> **Exercise directions**:
Among the lines below, a stretch begins at the one with "v -3.262 -14.31 0" and ends at the one with "v 2.286 -21.114 3". Repeat that stretch exactly, ends included.

> **Records shown**:

====

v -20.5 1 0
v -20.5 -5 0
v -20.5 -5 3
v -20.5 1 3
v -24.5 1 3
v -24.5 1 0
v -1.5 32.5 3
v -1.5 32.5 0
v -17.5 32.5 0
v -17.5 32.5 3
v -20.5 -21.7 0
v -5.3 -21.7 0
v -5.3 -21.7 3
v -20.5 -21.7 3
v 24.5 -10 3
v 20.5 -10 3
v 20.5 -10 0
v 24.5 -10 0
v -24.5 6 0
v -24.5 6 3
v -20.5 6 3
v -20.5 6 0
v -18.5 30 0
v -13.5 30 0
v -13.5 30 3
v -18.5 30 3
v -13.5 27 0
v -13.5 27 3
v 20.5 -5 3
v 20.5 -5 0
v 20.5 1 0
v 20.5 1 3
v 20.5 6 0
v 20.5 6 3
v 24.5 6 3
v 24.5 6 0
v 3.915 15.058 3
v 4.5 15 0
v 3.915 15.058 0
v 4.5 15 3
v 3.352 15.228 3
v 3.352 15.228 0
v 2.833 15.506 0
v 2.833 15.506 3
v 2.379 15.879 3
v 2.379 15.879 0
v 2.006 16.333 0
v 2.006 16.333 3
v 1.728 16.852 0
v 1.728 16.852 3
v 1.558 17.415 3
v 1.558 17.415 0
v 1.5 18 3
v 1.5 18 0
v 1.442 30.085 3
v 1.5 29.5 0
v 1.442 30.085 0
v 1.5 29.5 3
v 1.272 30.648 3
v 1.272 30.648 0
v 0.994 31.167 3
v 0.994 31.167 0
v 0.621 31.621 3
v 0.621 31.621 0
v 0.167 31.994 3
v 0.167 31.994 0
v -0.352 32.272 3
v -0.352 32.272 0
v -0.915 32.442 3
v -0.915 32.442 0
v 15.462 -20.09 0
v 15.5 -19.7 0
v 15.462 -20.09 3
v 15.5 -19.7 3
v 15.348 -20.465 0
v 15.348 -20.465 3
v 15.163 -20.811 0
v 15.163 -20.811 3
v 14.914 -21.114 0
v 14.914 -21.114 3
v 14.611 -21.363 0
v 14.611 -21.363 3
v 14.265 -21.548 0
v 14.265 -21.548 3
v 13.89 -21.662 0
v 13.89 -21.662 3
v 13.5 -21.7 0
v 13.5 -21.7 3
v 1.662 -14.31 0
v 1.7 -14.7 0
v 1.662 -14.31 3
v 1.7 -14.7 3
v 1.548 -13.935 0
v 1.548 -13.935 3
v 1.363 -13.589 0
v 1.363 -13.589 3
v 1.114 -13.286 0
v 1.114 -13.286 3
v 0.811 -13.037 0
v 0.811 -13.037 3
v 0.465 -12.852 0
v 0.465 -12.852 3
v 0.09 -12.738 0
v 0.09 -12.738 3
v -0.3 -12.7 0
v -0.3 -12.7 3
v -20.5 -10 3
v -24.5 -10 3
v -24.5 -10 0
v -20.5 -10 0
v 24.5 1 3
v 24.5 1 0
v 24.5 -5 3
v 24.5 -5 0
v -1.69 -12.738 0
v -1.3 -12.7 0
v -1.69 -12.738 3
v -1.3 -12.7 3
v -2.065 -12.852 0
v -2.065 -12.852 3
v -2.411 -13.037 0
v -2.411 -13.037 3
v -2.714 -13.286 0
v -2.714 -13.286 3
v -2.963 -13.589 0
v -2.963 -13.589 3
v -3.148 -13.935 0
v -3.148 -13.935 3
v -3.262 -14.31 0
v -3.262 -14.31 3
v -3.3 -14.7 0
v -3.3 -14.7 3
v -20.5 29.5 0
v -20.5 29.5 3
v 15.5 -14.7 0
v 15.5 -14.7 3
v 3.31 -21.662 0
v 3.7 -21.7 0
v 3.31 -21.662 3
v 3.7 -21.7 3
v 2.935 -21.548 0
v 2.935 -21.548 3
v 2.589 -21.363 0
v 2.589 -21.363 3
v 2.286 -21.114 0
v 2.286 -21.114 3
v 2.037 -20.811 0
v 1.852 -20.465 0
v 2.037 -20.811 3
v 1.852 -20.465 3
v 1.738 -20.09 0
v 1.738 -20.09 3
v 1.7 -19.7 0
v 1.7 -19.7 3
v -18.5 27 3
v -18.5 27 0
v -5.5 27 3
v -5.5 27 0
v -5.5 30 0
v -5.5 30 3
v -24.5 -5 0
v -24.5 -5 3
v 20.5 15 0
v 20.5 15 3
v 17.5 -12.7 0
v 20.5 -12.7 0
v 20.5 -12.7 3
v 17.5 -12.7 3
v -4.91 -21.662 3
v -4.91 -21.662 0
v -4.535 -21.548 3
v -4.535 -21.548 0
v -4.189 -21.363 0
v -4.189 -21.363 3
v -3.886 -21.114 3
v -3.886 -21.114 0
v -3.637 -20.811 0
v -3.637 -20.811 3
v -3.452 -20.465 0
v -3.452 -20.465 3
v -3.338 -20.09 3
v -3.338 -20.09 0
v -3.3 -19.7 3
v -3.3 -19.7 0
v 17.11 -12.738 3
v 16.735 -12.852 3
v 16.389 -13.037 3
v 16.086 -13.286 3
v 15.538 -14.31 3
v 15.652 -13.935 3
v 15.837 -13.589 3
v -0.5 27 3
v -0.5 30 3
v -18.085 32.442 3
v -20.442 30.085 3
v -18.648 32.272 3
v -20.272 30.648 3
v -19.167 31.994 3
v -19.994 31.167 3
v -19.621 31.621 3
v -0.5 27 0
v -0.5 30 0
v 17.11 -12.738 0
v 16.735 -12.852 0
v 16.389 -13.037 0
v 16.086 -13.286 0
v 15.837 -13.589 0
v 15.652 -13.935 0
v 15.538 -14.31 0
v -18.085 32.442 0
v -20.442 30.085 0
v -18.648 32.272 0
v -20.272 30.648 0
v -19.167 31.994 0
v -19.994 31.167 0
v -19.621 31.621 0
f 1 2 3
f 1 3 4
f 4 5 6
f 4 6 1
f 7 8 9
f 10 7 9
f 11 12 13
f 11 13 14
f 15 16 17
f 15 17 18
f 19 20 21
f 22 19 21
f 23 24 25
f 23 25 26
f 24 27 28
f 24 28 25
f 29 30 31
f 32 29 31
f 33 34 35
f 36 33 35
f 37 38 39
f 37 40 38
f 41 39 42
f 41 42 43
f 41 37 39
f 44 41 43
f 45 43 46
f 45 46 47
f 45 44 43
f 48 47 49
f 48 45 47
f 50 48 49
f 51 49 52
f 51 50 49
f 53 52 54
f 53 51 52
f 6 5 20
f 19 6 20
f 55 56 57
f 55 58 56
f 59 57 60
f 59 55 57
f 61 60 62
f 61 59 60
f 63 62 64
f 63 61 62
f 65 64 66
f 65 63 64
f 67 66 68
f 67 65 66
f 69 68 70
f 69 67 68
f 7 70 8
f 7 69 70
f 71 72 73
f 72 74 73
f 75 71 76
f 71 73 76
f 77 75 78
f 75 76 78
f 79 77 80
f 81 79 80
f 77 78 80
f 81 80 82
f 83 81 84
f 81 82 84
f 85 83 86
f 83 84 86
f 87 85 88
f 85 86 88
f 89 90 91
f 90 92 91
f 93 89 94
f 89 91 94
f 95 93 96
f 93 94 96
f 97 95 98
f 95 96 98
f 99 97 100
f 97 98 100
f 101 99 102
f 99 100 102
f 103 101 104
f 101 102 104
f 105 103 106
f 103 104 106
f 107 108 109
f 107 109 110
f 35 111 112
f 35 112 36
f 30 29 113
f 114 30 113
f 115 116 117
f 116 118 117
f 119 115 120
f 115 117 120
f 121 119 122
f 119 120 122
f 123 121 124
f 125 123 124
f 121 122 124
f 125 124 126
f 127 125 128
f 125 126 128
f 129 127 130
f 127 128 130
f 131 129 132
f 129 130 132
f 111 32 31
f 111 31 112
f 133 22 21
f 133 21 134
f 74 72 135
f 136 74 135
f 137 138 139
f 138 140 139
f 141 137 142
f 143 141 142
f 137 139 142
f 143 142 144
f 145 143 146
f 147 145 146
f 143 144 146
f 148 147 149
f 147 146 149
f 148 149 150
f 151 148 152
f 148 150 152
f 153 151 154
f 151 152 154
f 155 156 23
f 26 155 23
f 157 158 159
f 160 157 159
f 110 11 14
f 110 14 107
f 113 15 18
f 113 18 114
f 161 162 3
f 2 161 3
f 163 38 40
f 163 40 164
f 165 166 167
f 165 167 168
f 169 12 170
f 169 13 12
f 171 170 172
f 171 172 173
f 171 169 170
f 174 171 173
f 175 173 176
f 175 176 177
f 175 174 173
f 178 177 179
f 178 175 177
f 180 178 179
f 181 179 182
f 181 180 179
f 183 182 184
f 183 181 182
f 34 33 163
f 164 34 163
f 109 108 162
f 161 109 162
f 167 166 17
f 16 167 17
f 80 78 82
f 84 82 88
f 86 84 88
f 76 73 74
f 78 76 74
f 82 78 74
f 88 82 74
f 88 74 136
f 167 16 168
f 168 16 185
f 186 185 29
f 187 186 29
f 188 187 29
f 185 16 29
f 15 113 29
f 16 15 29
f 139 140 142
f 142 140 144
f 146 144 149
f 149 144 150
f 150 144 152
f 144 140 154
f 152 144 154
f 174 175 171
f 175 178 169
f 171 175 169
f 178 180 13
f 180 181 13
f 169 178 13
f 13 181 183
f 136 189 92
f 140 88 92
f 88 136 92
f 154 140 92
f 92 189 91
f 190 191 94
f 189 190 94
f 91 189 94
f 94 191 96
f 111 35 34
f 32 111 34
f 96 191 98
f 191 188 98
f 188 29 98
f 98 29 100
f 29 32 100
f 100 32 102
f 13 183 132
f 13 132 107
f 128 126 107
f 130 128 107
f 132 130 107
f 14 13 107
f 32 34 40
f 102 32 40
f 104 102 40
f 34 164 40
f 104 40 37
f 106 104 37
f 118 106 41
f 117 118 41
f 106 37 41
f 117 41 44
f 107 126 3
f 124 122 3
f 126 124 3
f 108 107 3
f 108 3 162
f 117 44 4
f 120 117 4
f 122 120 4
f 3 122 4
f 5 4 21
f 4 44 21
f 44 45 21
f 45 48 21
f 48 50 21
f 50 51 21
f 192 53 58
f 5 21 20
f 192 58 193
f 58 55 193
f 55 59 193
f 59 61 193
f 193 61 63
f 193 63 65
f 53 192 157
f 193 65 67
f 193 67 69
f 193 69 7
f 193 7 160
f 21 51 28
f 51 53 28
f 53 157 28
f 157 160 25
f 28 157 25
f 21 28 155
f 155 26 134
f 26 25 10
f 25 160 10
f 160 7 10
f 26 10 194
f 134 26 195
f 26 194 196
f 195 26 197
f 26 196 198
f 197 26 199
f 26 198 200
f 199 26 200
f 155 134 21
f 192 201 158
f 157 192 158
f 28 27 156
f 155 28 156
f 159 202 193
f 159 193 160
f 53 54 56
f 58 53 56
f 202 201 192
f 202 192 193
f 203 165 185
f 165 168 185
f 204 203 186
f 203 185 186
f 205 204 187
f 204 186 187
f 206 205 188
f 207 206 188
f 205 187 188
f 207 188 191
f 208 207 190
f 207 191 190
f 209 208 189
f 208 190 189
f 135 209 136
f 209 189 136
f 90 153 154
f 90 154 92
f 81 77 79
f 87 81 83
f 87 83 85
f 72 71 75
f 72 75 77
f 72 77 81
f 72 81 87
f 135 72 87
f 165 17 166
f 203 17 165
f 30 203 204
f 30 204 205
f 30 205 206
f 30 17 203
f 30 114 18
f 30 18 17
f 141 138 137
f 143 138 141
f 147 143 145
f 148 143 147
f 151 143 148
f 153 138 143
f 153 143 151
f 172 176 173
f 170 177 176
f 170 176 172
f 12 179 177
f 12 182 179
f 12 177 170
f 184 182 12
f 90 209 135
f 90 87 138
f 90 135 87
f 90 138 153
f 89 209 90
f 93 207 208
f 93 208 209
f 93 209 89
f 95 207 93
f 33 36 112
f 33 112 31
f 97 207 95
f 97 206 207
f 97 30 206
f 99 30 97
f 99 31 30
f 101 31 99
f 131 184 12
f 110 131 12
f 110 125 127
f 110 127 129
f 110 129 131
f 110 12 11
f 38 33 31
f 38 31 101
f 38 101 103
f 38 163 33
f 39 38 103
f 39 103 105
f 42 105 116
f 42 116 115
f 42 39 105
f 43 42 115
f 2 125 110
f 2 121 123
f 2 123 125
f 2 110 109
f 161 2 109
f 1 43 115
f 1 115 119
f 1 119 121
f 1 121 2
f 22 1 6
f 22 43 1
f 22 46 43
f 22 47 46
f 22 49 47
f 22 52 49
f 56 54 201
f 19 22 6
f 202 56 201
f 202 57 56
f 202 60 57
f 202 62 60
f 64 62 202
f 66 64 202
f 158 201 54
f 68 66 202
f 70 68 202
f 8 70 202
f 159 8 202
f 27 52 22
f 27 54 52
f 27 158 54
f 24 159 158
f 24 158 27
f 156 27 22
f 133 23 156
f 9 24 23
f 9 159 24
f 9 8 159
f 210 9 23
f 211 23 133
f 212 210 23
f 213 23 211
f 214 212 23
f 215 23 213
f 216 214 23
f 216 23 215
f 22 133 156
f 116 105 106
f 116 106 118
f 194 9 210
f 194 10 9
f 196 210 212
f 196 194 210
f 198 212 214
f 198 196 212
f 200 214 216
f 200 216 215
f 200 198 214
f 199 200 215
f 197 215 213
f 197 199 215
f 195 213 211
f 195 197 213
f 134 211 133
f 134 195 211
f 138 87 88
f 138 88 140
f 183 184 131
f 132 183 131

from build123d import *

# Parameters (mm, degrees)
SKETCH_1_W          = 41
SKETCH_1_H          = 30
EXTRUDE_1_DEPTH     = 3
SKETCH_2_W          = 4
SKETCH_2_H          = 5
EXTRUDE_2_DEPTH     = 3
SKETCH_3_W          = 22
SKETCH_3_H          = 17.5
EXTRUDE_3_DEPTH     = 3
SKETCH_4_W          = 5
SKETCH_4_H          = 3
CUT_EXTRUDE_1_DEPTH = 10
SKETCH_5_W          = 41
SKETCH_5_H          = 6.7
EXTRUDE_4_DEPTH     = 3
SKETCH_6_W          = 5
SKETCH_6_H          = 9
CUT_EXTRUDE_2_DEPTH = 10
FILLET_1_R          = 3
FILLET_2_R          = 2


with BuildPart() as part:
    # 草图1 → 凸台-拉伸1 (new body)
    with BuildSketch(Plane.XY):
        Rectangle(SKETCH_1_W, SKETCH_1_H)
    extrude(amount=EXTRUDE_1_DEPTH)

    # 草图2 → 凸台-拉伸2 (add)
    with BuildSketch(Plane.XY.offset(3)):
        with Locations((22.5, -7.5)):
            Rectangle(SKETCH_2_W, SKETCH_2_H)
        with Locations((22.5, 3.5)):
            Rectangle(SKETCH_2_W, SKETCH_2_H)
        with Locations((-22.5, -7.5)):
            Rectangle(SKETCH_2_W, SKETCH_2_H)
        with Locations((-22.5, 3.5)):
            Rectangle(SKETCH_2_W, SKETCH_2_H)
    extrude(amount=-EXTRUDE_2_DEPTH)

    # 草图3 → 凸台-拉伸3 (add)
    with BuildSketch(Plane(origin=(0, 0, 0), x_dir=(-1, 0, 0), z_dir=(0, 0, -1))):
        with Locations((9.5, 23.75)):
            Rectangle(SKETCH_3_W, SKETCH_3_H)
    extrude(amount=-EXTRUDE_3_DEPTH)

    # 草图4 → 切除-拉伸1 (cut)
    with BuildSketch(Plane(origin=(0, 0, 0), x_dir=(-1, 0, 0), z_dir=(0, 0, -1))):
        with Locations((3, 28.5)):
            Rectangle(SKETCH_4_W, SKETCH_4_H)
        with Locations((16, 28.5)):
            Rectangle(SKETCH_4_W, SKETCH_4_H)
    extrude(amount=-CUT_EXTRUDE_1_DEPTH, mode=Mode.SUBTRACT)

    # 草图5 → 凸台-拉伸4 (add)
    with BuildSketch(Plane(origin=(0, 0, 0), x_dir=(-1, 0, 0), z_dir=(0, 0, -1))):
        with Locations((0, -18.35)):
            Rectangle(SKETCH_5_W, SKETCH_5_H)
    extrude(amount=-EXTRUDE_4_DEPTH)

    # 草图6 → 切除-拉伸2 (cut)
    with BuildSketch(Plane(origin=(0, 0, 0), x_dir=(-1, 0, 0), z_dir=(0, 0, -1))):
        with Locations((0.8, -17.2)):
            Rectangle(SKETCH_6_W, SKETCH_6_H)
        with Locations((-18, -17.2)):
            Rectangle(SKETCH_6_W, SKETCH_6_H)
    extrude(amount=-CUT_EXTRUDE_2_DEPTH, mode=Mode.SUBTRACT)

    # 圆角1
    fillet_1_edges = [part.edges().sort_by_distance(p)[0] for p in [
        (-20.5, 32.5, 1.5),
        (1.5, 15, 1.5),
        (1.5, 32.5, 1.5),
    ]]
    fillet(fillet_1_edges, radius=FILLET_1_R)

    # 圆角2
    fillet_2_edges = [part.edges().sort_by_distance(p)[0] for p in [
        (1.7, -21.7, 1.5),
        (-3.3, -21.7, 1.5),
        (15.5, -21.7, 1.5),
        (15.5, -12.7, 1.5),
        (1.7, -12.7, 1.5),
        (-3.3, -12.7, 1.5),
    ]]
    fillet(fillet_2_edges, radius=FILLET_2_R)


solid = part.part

====

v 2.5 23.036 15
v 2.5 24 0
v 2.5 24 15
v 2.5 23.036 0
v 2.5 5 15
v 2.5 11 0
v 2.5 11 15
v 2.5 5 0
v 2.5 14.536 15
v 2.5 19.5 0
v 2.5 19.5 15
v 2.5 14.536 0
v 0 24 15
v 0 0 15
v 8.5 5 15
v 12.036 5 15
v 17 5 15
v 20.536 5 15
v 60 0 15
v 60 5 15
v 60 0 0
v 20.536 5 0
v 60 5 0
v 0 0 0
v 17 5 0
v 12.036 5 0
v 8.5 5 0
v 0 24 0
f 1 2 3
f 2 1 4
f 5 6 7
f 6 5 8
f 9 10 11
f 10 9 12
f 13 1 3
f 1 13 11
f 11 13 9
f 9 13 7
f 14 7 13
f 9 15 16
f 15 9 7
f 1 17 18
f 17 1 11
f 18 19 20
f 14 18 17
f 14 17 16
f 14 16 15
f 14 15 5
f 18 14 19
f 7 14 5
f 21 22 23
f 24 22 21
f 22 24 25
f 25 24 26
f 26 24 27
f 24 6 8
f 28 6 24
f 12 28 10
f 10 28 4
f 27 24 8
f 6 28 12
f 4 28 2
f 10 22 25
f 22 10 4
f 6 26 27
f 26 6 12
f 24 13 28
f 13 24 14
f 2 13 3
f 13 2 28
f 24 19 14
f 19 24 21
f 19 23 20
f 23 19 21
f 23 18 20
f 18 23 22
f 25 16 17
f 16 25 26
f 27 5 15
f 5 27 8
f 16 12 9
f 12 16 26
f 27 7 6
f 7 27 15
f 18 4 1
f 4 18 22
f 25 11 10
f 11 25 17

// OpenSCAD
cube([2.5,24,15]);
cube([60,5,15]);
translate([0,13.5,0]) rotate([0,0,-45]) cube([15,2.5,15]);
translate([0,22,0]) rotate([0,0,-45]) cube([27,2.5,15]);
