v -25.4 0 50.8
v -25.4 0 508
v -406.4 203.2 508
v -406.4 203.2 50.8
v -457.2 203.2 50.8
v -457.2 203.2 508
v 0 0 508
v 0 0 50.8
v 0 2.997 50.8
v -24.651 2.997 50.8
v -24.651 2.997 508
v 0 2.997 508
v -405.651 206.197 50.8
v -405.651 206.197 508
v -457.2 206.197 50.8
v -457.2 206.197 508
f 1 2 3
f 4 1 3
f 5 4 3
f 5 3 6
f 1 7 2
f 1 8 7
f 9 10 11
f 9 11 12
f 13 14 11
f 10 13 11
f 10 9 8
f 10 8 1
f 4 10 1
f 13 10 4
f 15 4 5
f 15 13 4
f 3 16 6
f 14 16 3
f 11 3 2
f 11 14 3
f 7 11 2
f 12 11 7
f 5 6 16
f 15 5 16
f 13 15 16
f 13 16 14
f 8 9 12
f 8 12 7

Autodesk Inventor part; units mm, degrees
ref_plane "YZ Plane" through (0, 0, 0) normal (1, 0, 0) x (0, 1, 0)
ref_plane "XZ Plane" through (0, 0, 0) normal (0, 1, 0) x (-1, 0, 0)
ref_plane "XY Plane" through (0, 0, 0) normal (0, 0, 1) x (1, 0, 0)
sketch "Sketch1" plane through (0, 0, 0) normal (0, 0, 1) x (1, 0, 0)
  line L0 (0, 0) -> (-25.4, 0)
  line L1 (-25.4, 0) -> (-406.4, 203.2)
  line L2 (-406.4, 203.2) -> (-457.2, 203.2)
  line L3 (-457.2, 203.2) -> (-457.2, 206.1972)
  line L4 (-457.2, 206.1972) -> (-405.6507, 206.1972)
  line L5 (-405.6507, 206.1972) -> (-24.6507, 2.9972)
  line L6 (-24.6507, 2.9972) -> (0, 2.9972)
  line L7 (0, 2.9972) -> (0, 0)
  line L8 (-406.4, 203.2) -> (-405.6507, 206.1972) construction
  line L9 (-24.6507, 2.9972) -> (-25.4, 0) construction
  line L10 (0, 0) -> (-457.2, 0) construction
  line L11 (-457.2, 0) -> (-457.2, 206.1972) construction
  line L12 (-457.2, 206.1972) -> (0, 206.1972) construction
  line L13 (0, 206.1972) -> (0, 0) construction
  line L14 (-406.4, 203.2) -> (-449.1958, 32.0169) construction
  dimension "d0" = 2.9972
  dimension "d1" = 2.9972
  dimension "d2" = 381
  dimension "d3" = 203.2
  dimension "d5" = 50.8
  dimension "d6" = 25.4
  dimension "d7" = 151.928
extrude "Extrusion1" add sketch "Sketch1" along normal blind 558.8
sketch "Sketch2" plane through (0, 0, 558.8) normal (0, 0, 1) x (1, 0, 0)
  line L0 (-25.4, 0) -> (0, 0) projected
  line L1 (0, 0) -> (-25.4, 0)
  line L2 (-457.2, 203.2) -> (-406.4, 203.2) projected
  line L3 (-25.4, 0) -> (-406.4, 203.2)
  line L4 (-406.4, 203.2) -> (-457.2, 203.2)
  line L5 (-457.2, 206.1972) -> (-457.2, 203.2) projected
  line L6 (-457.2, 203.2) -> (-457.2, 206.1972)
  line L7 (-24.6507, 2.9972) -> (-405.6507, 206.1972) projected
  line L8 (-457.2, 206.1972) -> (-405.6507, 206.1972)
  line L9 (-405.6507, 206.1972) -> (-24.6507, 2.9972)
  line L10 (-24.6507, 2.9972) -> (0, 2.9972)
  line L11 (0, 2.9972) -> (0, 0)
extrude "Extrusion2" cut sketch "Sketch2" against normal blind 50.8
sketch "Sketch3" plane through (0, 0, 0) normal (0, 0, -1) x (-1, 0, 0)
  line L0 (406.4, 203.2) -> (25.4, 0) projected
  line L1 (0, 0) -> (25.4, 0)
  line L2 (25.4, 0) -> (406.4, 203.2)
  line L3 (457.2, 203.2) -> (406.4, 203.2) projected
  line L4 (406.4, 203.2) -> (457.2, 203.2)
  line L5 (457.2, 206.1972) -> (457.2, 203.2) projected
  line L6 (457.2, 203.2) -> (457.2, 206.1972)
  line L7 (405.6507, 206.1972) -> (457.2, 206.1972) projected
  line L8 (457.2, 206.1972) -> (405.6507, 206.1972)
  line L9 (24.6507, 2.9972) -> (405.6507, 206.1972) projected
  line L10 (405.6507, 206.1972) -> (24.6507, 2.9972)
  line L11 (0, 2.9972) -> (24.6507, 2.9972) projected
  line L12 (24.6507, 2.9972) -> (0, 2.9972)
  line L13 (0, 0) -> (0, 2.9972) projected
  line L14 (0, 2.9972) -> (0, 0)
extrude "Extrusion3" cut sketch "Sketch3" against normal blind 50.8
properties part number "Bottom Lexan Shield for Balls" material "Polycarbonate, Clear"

====

> **Solution to this problem**:
v -3.262 -14.31 0
v -3.262 -14.31 3
v -3.3 -14.7 0
v -3.3 -14.7 3
v -20.5 29.5 0
v -20.5 29.5 3
v 15.5 -14.7 0
v 15.5 -14.7 3
v 3.31 -21.662 0
v 3.7 -21.7 0
v 3.31 -21.662 3
v 3.7 -21.7 3
v 2.935 -21.548 0
v 2.935 -21.548 3
v 2.589 -21.363 0
v 2.589 -21.363 3
v 2.286 -21.114 0
v 2.286 -21.114 3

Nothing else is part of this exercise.